### Prompt
Would you please copy each line below that includes the string "DIRECTION"?
---------- Data to process ----------
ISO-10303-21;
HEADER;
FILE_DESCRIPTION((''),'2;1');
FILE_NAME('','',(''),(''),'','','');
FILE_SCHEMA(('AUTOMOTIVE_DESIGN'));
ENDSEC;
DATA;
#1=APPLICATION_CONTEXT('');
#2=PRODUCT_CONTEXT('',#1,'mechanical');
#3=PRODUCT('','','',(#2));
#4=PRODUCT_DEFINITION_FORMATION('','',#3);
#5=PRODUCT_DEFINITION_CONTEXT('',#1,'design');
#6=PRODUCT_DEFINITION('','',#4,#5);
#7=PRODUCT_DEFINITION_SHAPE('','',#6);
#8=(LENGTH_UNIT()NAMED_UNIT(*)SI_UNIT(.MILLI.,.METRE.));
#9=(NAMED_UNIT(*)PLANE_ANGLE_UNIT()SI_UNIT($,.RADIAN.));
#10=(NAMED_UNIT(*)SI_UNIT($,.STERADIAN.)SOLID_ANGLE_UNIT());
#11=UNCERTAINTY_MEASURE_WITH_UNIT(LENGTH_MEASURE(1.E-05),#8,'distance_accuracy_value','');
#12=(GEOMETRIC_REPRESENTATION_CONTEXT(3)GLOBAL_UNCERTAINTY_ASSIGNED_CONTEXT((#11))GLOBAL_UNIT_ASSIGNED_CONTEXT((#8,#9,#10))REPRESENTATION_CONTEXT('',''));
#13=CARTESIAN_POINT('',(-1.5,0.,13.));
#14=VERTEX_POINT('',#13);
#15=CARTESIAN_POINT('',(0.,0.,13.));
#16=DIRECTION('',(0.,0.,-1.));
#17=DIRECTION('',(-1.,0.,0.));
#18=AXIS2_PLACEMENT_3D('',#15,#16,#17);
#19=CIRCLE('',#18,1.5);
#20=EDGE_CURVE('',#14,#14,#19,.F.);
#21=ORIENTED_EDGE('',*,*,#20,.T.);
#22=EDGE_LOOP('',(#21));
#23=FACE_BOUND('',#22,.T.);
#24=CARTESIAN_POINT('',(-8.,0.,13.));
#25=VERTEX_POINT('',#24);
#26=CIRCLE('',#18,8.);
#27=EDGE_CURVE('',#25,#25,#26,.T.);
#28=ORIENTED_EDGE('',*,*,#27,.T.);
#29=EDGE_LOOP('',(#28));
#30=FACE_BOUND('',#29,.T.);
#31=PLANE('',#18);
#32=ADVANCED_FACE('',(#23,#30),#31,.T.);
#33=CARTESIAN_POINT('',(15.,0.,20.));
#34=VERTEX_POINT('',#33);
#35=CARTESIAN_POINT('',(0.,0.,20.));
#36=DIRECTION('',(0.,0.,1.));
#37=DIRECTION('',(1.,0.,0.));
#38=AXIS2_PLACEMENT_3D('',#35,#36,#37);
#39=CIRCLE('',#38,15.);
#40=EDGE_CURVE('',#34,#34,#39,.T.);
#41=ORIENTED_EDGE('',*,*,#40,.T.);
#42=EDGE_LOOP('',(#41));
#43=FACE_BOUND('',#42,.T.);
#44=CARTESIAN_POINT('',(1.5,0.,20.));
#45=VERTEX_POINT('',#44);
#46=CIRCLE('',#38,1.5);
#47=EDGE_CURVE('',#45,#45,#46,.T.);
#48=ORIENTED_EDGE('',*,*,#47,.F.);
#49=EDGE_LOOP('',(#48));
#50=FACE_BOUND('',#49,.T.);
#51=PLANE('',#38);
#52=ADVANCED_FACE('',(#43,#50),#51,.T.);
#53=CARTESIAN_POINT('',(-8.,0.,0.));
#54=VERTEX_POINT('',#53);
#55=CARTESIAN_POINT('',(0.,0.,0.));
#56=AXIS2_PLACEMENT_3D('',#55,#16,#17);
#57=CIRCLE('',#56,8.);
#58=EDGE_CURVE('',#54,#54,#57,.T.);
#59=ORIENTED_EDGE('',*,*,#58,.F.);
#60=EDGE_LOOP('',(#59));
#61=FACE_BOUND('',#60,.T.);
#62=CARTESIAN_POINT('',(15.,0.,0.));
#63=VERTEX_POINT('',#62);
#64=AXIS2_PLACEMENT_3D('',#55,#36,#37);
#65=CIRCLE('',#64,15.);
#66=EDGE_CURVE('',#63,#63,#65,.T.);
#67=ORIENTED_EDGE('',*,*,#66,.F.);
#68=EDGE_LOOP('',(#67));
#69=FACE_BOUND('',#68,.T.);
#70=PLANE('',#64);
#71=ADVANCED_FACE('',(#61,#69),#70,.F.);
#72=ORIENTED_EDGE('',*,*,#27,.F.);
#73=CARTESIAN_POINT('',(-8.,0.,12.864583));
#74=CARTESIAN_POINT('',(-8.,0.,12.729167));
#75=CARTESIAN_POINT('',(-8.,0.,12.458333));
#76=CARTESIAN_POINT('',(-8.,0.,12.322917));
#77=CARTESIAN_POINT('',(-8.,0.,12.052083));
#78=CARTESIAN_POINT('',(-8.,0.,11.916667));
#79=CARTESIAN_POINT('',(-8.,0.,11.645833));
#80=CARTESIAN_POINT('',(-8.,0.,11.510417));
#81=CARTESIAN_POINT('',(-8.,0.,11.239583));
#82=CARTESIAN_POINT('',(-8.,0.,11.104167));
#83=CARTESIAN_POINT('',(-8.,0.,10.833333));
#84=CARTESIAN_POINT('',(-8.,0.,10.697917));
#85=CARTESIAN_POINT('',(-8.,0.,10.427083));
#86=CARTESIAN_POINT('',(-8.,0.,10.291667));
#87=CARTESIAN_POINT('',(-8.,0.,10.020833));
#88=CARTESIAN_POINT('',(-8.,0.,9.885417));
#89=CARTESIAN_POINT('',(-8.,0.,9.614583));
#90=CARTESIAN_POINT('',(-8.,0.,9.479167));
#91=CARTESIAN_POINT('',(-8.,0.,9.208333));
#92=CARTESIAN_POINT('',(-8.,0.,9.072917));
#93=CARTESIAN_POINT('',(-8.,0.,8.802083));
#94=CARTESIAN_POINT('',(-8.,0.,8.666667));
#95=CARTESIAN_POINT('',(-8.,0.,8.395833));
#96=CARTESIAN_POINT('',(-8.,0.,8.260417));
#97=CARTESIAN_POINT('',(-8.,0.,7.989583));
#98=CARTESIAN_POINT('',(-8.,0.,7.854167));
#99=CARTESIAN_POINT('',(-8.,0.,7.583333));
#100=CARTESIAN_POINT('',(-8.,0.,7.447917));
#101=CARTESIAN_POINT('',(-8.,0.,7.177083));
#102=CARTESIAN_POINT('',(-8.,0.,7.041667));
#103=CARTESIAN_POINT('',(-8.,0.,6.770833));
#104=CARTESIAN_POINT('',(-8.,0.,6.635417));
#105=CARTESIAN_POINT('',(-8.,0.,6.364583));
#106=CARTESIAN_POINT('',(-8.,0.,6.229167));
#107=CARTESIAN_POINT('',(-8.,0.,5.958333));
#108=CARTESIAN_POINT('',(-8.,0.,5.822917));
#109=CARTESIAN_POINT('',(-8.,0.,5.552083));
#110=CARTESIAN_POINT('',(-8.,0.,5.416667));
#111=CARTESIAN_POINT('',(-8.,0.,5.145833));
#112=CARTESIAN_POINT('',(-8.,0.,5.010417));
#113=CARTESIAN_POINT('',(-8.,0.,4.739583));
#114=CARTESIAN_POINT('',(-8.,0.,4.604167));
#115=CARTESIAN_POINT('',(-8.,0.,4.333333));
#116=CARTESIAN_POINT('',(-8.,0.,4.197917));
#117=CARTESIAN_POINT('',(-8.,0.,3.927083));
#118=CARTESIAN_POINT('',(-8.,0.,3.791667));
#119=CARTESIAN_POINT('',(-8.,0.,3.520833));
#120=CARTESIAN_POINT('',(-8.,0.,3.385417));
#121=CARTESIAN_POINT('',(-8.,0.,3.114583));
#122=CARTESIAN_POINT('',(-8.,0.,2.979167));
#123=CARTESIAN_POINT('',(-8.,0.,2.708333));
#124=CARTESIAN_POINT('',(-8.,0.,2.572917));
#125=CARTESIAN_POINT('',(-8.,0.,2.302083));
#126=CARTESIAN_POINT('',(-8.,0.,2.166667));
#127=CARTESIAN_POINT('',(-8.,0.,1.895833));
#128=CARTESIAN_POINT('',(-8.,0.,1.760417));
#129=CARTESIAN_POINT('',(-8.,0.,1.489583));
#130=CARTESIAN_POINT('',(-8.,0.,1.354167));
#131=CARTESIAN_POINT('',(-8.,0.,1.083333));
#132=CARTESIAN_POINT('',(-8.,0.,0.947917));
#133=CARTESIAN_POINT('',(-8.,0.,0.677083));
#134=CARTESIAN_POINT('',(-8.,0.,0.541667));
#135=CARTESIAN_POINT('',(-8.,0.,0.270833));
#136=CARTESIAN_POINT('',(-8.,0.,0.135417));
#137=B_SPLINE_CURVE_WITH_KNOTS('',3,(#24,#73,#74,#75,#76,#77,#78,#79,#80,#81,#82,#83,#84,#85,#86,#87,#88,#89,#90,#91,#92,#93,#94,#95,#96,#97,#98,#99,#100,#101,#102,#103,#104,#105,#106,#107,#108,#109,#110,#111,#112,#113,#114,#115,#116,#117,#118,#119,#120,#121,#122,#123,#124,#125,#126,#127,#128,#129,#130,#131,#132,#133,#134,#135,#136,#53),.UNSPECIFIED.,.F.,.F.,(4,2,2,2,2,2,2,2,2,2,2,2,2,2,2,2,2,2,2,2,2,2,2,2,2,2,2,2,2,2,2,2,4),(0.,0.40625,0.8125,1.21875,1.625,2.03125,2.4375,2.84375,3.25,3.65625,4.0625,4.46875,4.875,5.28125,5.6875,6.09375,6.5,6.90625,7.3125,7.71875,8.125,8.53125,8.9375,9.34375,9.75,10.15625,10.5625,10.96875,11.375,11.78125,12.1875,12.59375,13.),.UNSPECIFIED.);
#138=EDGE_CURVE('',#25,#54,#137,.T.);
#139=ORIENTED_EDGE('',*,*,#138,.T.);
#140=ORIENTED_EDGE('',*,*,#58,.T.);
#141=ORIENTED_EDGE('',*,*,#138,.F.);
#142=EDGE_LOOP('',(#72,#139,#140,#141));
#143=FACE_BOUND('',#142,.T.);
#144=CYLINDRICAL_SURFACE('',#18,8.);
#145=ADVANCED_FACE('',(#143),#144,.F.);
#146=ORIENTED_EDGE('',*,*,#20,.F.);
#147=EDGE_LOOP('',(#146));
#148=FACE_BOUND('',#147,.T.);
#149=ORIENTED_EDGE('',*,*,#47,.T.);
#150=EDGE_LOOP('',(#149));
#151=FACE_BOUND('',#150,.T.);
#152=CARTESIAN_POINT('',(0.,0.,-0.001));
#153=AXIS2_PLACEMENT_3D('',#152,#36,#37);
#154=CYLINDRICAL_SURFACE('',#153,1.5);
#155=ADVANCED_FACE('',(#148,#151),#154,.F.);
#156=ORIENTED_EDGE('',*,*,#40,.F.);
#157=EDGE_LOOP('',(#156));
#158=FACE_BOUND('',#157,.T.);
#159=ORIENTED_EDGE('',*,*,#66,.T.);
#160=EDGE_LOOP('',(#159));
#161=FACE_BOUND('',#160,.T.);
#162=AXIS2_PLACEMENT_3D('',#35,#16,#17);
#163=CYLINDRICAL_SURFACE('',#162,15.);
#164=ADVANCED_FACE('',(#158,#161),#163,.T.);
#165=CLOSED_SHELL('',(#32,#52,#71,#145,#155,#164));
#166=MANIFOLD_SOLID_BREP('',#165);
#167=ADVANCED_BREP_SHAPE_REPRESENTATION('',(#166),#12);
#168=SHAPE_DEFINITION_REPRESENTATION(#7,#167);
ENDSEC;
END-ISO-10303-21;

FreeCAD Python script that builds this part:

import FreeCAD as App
import Part
import Sketcher
from FreeCAD import Vector

doc = App.newDocument("Part")
body = doc.addObject("PartDesign::Body", "Body")

# Sketch on XY plane
sketch1 = body.newObject("Sketcher::SketchObject", "Sketch")
sketch1.AttachmentSupport = (doc.getObject("XY_Plane"), [""])
sketch1.MapMode = "FlatFace"
sketch1.addGeometry(Part.Circle(Vector(0, 0, 0), Vector(0, 0, 1), 15), False)
sketch1.addConstraint(Sketcher.Constraint("Coincident", 0, 3, -1, 1))
sketch1.addConstraint(Sketcher.Constraint("Diameter", 0, 30.0))
pad1 = body.newObject("PartDesign::Pad", "Pad")
pad1.Profile = sketch1
pad1.Length = 20

# Sketch on XY plane
sketch2 = body.newObject("Sketcher::SketchObject", "Sketch001")
sketch2.AttachmentSupport = (doc.getObject("XY_Plane"), [""])
sketch2.MapMode = "FlatFace"
sketch2.addGeometry(Part.Circle(Vector(0, 0, 0), Vector(0, 0, 1), 8), False)
sketch2.addConstraint(Sketcher.Constraint("Coincident", 0, 3, -1, 1))
sketch2.addConstraint(Sketcher.Constraint("Diameter", 0, 16.0))
pocket1 = body.newObject("PartDesign::Pocket", "Pocket")
pocket1.Profile = sketch2
pocket1.Length = 13
pocket1.Reversed = True

# Sketch on XY plane
sketch3 = body.newObject("Sketcher::SketchObject", "Sketch002")
sketch3.AttachmentSupport = (doc.getObject("XY_Plane"), [""])
sketch3.MapMode = "FlatFace"
sketch3.AttachmentOffset = App.Placement(Vector(0, 0, 20), App.Rotation())
sketch3.addGeometry(Part.Circle(Vector(0, 0, 0), Vector(0, 0, 1), 1.5), False)
sketch3.addConstraint(Sketcher.Constraint("Coincident", 0, 3, -1, 1))
sketch3.addConstraint(Sketcher.Constraint("Diameter", 0, 3.0))
pocket2 = body.newObject("PartDesign::Pocket", "Pocket001")
pocket2.Profile = sketch3
pocket2.Type = "UpToFirst"

doc.recompute()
----------
### Answer for the task
#16=DIRECTION('',(0.,0.,-1.));
#17=DIRECTION('',(-1.,0.,0.));
#36=DIRECTION('',(0.,0.,1.));
#37=DIRECTION('',(1.,0.,0.));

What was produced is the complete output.